**What you should do**
Write each line again exactly as it is, from the opening line of the records below through the one containing "v 46.703 -25.4 8.98", and add nothing.

**Records for this exercise**
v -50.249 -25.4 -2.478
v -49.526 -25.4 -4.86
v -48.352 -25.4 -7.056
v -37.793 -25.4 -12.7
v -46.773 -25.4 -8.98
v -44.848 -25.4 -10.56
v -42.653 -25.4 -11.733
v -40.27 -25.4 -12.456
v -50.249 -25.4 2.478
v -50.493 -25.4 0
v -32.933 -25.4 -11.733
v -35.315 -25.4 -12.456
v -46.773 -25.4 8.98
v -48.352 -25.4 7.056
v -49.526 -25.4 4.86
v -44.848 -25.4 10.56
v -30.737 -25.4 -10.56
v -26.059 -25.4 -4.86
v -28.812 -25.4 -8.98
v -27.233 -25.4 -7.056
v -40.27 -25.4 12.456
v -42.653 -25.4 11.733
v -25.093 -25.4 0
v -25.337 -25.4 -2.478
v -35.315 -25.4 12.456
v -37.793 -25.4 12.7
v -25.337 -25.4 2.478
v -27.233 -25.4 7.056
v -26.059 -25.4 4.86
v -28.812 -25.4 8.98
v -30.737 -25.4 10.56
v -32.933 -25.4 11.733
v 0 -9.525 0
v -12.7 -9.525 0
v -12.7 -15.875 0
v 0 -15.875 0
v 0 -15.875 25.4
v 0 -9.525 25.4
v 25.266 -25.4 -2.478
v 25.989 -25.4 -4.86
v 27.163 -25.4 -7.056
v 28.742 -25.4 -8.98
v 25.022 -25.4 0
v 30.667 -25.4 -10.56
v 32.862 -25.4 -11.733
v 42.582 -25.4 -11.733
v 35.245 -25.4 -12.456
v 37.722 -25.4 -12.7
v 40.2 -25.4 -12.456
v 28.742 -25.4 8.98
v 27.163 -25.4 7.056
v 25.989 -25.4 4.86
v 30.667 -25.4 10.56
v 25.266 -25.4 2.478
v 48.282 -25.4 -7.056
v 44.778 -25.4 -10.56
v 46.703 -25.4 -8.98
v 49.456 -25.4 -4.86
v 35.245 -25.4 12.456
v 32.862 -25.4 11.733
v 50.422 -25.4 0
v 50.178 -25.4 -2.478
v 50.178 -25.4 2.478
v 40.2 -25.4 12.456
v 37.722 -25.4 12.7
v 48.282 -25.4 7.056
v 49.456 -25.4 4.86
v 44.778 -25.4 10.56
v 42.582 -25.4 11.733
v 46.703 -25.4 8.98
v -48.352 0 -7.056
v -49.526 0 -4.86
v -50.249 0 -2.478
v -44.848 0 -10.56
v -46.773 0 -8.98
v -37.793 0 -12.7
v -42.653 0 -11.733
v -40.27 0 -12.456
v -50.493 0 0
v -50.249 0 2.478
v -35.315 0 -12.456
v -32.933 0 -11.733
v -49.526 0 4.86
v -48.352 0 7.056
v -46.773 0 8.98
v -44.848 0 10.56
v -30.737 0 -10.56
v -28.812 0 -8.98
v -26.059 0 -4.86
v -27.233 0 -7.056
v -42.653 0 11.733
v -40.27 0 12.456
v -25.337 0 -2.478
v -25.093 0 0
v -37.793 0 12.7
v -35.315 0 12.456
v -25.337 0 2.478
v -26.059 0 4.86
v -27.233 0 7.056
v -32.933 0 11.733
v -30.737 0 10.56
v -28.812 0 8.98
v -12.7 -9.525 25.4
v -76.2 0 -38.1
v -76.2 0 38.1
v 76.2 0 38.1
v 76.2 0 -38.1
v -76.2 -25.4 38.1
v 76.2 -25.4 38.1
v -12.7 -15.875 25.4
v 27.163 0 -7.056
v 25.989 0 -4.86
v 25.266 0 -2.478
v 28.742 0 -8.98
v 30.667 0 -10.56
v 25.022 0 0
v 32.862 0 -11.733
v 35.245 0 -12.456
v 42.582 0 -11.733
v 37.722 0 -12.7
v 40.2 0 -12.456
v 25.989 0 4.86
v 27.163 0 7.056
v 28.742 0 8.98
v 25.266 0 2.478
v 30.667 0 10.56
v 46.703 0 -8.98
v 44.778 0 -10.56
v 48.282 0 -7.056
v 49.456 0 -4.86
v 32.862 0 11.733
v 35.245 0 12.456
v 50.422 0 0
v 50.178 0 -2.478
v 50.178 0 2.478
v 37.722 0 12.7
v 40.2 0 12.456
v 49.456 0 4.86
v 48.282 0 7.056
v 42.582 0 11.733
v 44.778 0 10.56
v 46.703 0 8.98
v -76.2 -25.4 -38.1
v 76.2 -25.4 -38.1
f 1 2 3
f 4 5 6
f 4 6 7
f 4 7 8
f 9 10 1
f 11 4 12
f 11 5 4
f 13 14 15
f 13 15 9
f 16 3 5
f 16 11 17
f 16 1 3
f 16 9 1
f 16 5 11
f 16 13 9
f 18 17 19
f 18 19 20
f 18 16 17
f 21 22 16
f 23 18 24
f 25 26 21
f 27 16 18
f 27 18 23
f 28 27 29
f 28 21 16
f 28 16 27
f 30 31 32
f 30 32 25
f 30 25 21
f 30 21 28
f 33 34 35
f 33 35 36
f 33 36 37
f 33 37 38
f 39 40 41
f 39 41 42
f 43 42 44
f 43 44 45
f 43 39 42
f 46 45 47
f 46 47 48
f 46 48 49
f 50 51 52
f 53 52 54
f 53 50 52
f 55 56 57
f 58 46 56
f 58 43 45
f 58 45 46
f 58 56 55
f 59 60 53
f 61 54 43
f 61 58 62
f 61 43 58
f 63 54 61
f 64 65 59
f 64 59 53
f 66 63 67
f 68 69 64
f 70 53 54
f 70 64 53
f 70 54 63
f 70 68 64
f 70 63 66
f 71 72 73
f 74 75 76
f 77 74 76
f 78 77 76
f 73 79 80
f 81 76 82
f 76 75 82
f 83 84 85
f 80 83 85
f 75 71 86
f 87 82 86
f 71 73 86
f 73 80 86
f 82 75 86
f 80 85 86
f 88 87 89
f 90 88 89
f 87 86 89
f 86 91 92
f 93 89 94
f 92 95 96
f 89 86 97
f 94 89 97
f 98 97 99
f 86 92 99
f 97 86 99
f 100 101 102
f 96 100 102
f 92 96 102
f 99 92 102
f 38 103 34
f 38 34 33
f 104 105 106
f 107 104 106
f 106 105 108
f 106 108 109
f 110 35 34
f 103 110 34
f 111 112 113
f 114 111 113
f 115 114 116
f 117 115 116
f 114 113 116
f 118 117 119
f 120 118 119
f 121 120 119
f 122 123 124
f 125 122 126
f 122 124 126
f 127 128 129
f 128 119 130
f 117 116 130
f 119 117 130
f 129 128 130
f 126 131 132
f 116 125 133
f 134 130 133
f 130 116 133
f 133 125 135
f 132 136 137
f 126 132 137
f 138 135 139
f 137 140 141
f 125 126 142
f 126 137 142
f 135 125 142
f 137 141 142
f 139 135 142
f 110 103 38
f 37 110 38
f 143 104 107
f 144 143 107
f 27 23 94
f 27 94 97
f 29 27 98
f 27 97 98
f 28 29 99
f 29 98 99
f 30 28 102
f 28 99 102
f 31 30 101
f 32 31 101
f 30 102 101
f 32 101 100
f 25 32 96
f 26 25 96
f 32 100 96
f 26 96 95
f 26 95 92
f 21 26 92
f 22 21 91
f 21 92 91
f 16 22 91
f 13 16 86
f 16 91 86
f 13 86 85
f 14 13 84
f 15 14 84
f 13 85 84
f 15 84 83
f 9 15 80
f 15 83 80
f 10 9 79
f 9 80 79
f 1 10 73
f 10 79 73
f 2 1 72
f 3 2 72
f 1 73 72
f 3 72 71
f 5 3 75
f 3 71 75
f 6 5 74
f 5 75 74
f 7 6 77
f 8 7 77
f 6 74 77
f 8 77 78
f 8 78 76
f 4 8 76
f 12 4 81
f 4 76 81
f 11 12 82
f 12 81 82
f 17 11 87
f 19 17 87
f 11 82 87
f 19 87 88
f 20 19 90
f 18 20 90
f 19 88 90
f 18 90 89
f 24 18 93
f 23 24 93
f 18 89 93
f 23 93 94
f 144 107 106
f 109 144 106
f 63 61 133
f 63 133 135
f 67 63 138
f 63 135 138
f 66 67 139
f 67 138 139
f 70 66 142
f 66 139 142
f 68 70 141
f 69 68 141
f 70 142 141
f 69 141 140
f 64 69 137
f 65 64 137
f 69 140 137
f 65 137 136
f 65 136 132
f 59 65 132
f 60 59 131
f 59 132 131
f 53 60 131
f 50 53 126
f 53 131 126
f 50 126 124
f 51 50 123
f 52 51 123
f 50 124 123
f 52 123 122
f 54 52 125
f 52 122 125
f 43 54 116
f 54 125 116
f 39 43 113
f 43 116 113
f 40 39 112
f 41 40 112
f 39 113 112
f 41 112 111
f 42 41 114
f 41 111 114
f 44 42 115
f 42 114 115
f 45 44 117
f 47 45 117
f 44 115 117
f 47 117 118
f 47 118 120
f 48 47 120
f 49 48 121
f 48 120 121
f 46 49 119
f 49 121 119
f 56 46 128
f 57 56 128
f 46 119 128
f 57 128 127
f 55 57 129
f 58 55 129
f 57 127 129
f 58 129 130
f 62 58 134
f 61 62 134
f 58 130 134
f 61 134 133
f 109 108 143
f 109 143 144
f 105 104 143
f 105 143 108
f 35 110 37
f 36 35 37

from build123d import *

# Parameters (mm, degrees)
F0_W     = 152.4
F0_H     = 76.2
F4_DEPTH = 25.4
F1_R     = 12.7
F2_R     = 12.7
F3_W     = 12.7
F3_H     = 6.35
F5_DEPTH = 25.4


with BuildPart() as f4:
    # F0 (on Front) → F4 (new body)
    with BuildSketch(Plane.XZ):
        Rectangle(F0_W, F0_H)
    extrude(amount=F4_DEPTH)

    # F3 (on Top) → F5 (cut)
    with BuildSketch(Plane.XY):
        with Locations((-6.35, -12.7)):
            Rectangle(F3_W, F3_H)
    extrude(amount=F5_DEPTH, mode=Mode.SUBTRACT)


with BuildPart() as f4b:
    # F1 (on face) → F4, piece 2 (new body)
    with BuildSketch(Plane.XZ):
        with Locations((-37.7927422523, 0)):
            Circle(F1_R)
    extrude(amount=F4_DEPTH)


with BuildPart() as f4c:
    # F2 (on face) → F4, piece 3 (new body)
    with BuildSketch(Plane.XZ):
        with Locations((37.7223184247, 0)):
            Circle(F2_R)
    extrude(amount=F4_DEPTH)


solid = Compound([f4.part, f4b.part, f4c.part])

**Solution for this problem**
v -50.249 -25.4 -2.478
v -49.526 -25.4 -4.86
v -48.352 -25.4 -7.056
v -37.793 -25.4 -12.7
v -46.773 -25.4 -8.98
v -44.848 -25.4 -10.56
v -42.653 -25.4 -11.733
v -40.27 -25.4 -12.456
v -50.249 -25.4 2.478
v -50.493 -25.4 0
v -32.933 -25.4 -11.733
v -35.315 -25.4 -12.456
v -46.773 -25.4 8.98
v -48.352 -25.4 7.056
v -49.526 -25.4 4.86
v -44.848 -25.4 10.56
v -30.737 -25.4 -10.56
v -26.059 -25.4 -4.86
v -28.812 -25.4 -8.98
v -27.233 -25.4 -7.056
v -40.27 -25.4 12.456
v -42.653 -25.4 11.733
v -25.093 -25.4 0
v -25.337 -25.4 -2.478
v -35.315 -25.4 12.456
v -37.793 -25.4 12.7
v -25.337 -25.4 2.478
v -27.233 -25.4 7.056
v -26.059 -25.4 4.86
v -28.812 -25.4 8.98
v -30.737 -25.4 10.56
v -32.933 -25.4 11.733
v 0 -9.525 0
v -12.7 -9.525 0
v -12.7 -15.875 0
v 0 -15.875 0
v 0 -15.875 25.4
v 0 -9.525 25.4
v 25.266 -25.4 -2.478
v 25.989 -25.4 -4.86
v 27.163 -25.4 -7.056
v 28.742 -25.4 -8.98
v 25.022 -25.4 0
v 30.667 -25.4 -10.56
v 32.862 -25.4 -11.733
v 42.582 -25.4 -11.733
v 35.245 -25.4 -12.456
v 37.722 -25.4 -12.7
v 40.2 -25.4 -12.456
v 28.742 -25.4 8.98
v 27.163 -25.4 7.056
v 25.989 -25.4 4.86
v 30.667 -25.4 10.56
v 25.266 -25.4 2.478
v 48.282 -25.4 -7.056
v 44.778 -25.4 -10.56
v 46.703 -25.4 -8.98
v 49.456 -25.4 -4.86
v 35.245 -25.4 12.456
v 32.862 -25.4 11.733
v 50.422 -25.4 0
v 50.178 -25.4 -2.478
v 50.178 -25.4 2.478
v 40.2 -25.4 12.456
v 37.722 -25.4 12.7
v 48.282 -25.4 7.056
v 49.456 -25.4 4.86
v 44.778 -25.4 10.56
v 42.582 -25.4 11.733
v 46.703 -25.4 8.98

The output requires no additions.